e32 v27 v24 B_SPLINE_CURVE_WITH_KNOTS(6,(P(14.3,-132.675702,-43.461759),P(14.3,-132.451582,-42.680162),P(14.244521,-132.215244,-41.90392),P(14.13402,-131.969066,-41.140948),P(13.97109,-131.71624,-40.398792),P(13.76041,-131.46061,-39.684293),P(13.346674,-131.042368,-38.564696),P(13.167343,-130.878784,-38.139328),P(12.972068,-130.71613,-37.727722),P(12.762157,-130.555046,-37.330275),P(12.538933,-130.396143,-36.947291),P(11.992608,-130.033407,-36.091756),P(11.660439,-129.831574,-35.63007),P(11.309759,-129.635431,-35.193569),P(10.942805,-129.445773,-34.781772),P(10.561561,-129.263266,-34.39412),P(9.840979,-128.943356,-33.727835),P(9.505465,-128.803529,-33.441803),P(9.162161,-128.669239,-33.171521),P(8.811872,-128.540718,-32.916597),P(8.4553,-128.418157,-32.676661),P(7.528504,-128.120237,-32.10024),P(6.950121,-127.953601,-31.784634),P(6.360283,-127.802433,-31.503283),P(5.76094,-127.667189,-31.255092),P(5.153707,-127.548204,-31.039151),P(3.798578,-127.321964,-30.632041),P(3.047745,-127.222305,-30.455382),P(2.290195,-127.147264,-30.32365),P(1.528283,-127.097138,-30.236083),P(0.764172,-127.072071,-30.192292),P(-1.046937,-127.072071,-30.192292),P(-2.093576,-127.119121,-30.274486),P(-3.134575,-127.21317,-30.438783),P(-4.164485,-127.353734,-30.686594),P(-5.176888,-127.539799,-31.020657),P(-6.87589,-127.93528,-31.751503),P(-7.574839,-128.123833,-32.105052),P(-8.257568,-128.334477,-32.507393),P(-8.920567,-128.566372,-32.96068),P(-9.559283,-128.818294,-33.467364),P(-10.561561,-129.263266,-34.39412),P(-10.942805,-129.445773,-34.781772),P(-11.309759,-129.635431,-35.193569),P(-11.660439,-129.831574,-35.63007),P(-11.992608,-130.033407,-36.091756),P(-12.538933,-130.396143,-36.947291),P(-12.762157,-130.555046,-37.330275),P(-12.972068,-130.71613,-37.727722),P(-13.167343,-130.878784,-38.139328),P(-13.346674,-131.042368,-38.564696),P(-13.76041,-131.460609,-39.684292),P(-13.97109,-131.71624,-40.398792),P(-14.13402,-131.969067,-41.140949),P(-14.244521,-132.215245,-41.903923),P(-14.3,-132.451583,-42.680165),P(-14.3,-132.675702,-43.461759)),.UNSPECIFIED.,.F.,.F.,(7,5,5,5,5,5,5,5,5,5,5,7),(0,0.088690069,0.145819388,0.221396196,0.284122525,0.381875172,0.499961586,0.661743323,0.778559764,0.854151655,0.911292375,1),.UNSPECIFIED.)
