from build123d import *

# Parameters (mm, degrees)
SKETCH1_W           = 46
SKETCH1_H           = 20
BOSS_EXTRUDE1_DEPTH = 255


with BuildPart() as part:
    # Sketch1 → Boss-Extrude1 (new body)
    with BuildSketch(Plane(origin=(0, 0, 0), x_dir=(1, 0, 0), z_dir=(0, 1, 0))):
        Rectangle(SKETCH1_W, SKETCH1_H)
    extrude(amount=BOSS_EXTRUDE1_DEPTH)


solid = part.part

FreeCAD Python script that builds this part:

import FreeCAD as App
import Part
import Sketcher
from FreeCAD import Vector

doc = App.newDocument("Part")
body = doc.addObject("PartDesign::Body", "Body")

# Sketch on XZ plane
sketch1 = body.newObject("Sketcher::SketchObject", "Sketch")
sketch1.AttachmentSupport = (doc.getObject("XZ_Plane"), [""])
sketch1.MapMode = "FlatFace"
sketch1.addGeometry(Part.LineSegment(Vector(-23, -10, 0), Vector(-23, 10, 0)), False)
sketch1.addGeometry(Part.LineSegment(Vector(-23, 10, 0), Vector(23, 10, 0)), False)
sketch1.addGeometry(Part.LineSegment(Vector(23, 10, 0), Vector(23, -10, 0)), False)
sketch1.addGeometry(Part.LineSegment(Vector(23, -10, 0), Vector(-23, -10, 0)), False)
sketch1.addConstraint(Sketcher.Constraint("Coincident", 0, 2, 1, 1))
sketch1.addConstraint(Sketcher.Constraint("Coincident", 1, 2, 2, 1))
sketch1.addConstraint(Sketcher.Constraint("Coincident", 2, 2, 3, 1))
sketch1.addConstraint(Sketcher.Constraint("Coincident", 3, 2, 0, 1))
sketch1.addConstraint(Sketcher.Constraint("Vertical", 0))
sketch1.addConstraint(Sketcher.Constraint("Horizontal", 1))
sketch1.addConstraint(Sketcher.Constraint("Vertical", 2))
sketch1.addConstraint(Sketcher.Constraint("Horizontal", 3))
sketch1.addConstraint(Sketcher.Constraint("Symmetric", 0, 2, 2, 2, -1, 1))
sketch1.addConstraint(Sketcher.Constraint("DistanceX", 1, 1, 1, 2, 46.0))
sketch1.addConstraint(Sketcher.Constraint("DistanceY", 0, 1, 0, 2, 20.0))
pad1 = body.newObject("PartDesign::Pad", "Pad")
pad1.Profile = sketch1
pad1.Length = 255
pad1.Reversed = True

doc.recompute()
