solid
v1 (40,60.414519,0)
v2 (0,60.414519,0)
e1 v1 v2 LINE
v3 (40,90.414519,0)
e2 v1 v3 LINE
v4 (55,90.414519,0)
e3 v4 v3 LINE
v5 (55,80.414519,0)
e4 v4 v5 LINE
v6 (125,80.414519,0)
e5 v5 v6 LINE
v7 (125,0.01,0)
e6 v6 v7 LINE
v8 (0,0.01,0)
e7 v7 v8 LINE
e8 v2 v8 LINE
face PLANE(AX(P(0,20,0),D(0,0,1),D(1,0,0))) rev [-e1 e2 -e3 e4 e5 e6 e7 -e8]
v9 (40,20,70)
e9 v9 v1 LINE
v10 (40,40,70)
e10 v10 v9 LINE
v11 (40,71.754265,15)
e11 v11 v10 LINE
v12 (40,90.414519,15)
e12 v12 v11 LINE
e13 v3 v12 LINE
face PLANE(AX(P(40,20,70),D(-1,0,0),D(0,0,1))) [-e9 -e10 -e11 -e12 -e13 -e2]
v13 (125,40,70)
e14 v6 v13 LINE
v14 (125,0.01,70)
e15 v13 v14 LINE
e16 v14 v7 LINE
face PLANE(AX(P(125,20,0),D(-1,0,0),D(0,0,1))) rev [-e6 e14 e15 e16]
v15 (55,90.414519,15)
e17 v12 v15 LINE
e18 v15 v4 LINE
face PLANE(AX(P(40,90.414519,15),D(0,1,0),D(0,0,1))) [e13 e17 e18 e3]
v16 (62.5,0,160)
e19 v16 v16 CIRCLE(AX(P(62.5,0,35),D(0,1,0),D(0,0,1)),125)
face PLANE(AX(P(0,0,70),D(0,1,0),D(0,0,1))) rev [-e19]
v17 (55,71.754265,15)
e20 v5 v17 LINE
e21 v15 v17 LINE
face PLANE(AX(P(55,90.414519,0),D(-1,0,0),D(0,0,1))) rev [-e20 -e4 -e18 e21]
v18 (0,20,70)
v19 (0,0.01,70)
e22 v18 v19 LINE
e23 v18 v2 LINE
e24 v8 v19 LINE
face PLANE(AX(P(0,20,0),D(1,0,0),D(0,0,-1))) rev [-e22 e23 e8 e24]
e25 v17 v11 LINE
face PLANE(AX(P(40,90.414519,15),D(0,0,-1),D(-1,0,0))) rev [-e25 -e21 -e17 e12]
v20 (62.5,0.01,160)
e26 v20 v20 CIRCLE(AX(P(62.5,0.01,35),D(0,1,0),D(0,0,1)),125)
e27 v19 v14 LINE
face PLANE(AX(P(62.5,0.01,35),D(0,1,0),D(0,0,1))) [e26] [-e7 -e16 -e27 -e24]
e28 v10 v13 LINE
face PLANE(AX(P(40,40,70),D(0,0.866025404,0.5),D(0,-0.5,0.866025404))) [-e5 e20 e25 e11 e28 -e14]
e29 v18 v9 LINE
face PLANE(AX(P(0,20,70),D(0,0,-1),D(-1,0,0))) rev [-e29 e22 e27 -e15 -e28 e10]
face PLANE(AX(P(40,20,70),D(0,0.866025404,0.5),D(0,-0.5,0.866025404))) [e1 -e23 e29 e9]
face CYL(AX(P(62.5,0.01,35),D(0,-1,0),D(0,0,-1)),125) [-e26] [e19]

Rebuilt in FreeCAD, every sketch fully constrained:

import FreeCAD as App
import Part
import Sketcher
from FreeCAD import Vector
Q = App.Units.Quantity


def add_polygon(sketch, points):
    """Adds a closed chain of lines whose ends are joined by coincident constraints."""
    first, n = sketch.GeometryCount, len(points)
    for a, b in zip(points, points[1:] + points[:1]):
        sketch.addGeometry(Part.LineSegment(App.Vector(*a, 0), App.Vector(*b, 0)), False)
    for i in range(n):
        sketch.addConstraint(Sketcher.Constraint("Coincident", first + i, 2, first + (i + 1) % n, 1))

doc = App.newDocument("Part")
body = doc.addObject("PartDesign::Body", "Body")

# Sketch on XZ plane
sketch1 = doc.addObject("Sketcher::SketchObject", "Sketch")
body.addObject(sketch1)
sketch1.AttachmentSupport = (doc.XZ_Plane, [""])
sketch1.MapMode = "FlatFace"
add_polygon(sketch1, [(0, 0), (0, 70), (125, 70), (125, 0)])  # lines 0-3
sketch1.addConstraint([
    Sketcher.Constraint("Vertical", 0),
    Sketcher.Constraint("Horizontal", 1),
    Sketcher.Constraint("Vertical", 2),
    Sketcher.Constraint("Horizontal", 3),
    Sketcher.Constraint("Coincident", 3, 2, -1, 1),
    Sketcher.Constraint("DistanceX", 1, 1, 1, 2, Q("125 mm")),
    Sketcher.Constraint("DistanceY", 0, 1, 0, 2, Q("70 mm")),
])
pad1 = doc.addObject("PartDesign::Pad", "Pad")
body.addObject(pad1)
pad1.Profile = sketch1
pad1.Length = 20
pad1.Reversed = True

# Sketch on YZ plane
sketch2 = doc.addObject("Sketcher::SketchObject", "Sketch001")
body.addObject(sketch2)
sketch2.AttachmentSupport = (doc.YZ_Plane, [""])
sketch2.MapMode = "FlatFace"
add_polygon(sketch2, [(20, 0), (20, 70), (60.414519, 0)])  # lines 0-2
sketch2.addConstraint([
    Sketcher.Constraint("Vertical", 0),
    Sketcher.Constraint("Horizontal", 2),
    Sketcher.Constraint("PointOnObject", 1, 2, -1),
    Sketcher.Constraint("DistanceY", 0, 1, 0, 2, Q("70 mm")),
    Sketcher.Constraint("Angle", 1, Q("-60 deg")),
    Sketcher.Constraint("DistanceX", -1, 1, 0, 2, Q("20 mm")),
])
pad2 = doc.addObject("PartDesign::Pad", "Pad001")
body.addObject(pad2)
pad2.Profile = sketch2
pad2.Length = 40

# Sketch on YZ plane
sketch3 = doc.addObject("Sketcher::SketchObject", "Sketch002")
body.addObject(sketch3)
sketch3.AttachmentSupport = (doc.YZ_Plane, [""])
sketch3.MapMode = "FlatFace"
sketch3.AttachmentOffset = App.Placement(Vector(0, 0, 125), App.Rotation())
add_polygon(sketch3, [(40, 70), (20, 70), (20, 0), (80.414519, 0)])  # lines 0-3
sketch3.addConstraint([
    Sketcher.Constraint("Horizontal", 0),
    Sketcher.Constraint("Vertical", 1),
    Sketcher.Constraint("Horizontal", 2),
    Sketcher.Constraint("PointOnObject", 1, 2, -1),
    Sketcher.Constraint("DistanceX", 0, 2, 0, 1, Q("20 mm")),
    Sketcher.Constraint("DistanceY", 1, 2, 1, 1, Q("70 mm")),
    Sketcher.Constraint("Angle", 3, Q("120 deg")),
    Sketcher.Constraint("DistanceX", -1, 1, 0, 2, Q("20 mm")),
])
pad3 = doc.addObject("PartDesign::Pad", "Pad002")
body.addObject(pad3)
pad3.Profile = sketch3
pad3.Length = 85
pad3.Reversed = True

# Sketch on XZ plane
sketch4 = doc.addObject("Sketcher::SketchObject", "Sketch003")
body.addObject(sketch4)
sketch4.AttachmentSupport = (doc.XZ_Plane, [""])
sketch4.MapMode = "FlatFace"
sketch4.AttachmentOffset = App.Placement(Vector(0, 0, -80.414519), App.Rotation())
add_polygon(sketch4, [(55, 15), (55, 0), (40, 0), (40, 15)])  # lines 0-3
sketch4.addConstraint([
    Sketcher.Constraint("Vertical", 0),
    Sketcher.Constraint("Horizontal", 1),
    Sketcher.Constraint("Vertical", 2),
    Sketcher.Constraint("Horizontal", 3),
    Sketcher.Constraint("PointOnObject", 0, 2, -1),
    Sketcher.Constraint("Equal", 3, 0),
    Sketcher.Constraint("DistanceX", 1, 2, 1, 1, Q("15 mm")),
    Sketcher.Constraint("DistanceX", -1, 1, 0, 2, Q("55 mm")),
])
pad4 = doc.addObject("PartDesign::Pad", "Pad003")
body.addObject(pad4)
pad4.Profile = sketch4
pad4.Type = "TwoLengths"
pad4.Length = 10
pad4.Length2 = 20
pad4.Reversed = True

# Sketch on XZ plane
sketch5 = doc.addObject("Sketcher::SketchObject", "Sketch004")
body.addObject(sketch5)
sketch5.AttachmentSupport = (doc.XZ_Plane, [""])
sketch5.MapMode = "FlatFace"
sketch5.addGeometry(Part.Circle(Vector(62.5, 35, 0), Vector(0, 0, 1), 125), False)
sketch5.addConstraint([
    Sketcher.Constraint("Diameter", 0, Q("250 mm")),
    Sketcher.Constraint("DistanceY", -1, 1, 0, 3, Q("35 mm")),
    Sketcher.Constraint("DistanceX", -1, 1, 0, 3, Q("62.5 mm")),
])
pad5 = doc.addObject("PartDesign::Pad", "Pad004")
body.addObject(pad5)
pad5.Profile = sketch5
pad5.Length = 0.01
pad5.Reversed = True

doc.recompute()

* EXERCISE AIM
Starting at the line above that holds "v20 (62.5,0.01,160)" and ending at the line that holds "Rebuilt in FreeCAD, every", transcribe each line exactly and include no other lines.

* SOLVED PROBLEM
v20 (62.5,0.01,160)
e26 v20 v20 CIRCLE(AX(P(62.5,0.01,35),D(0,1,0),D(0,0,1)),125)
e27 v19 v14 LINE
face PLANE(AX(P(62.5,0.01,35),D(0,1,0),D(0,0,1))) [e26] [-e7 -e16 -e27 -e24]
e28 v10 v13 LINE
face PLANE(AX(P(40,40,70),D(0,0.866025404,0.5),D(0,-0.5,0.866025404))) [-e5 e20 e25 e11 e28 -e14]
e29 v18 v9 LINE
face PLANE(AX(P(0,20,70),D(0,0,-1),D(-1,0,0))) rev [-e29 e22 e27 -e15 -e28 e10]
face PLANE(AX(P(40,20,70),D(0,0.866025404,0.5),D(0,-0.5,0.866025404))) [e1 -e23 e29 e9]
face CYL(AX(P(62.5,0.01,35),D(0,-1,0),D(0,0,-1)),125) [-e26] [e19]

Rebuilt in FreeCAD, every sketch fully constrained:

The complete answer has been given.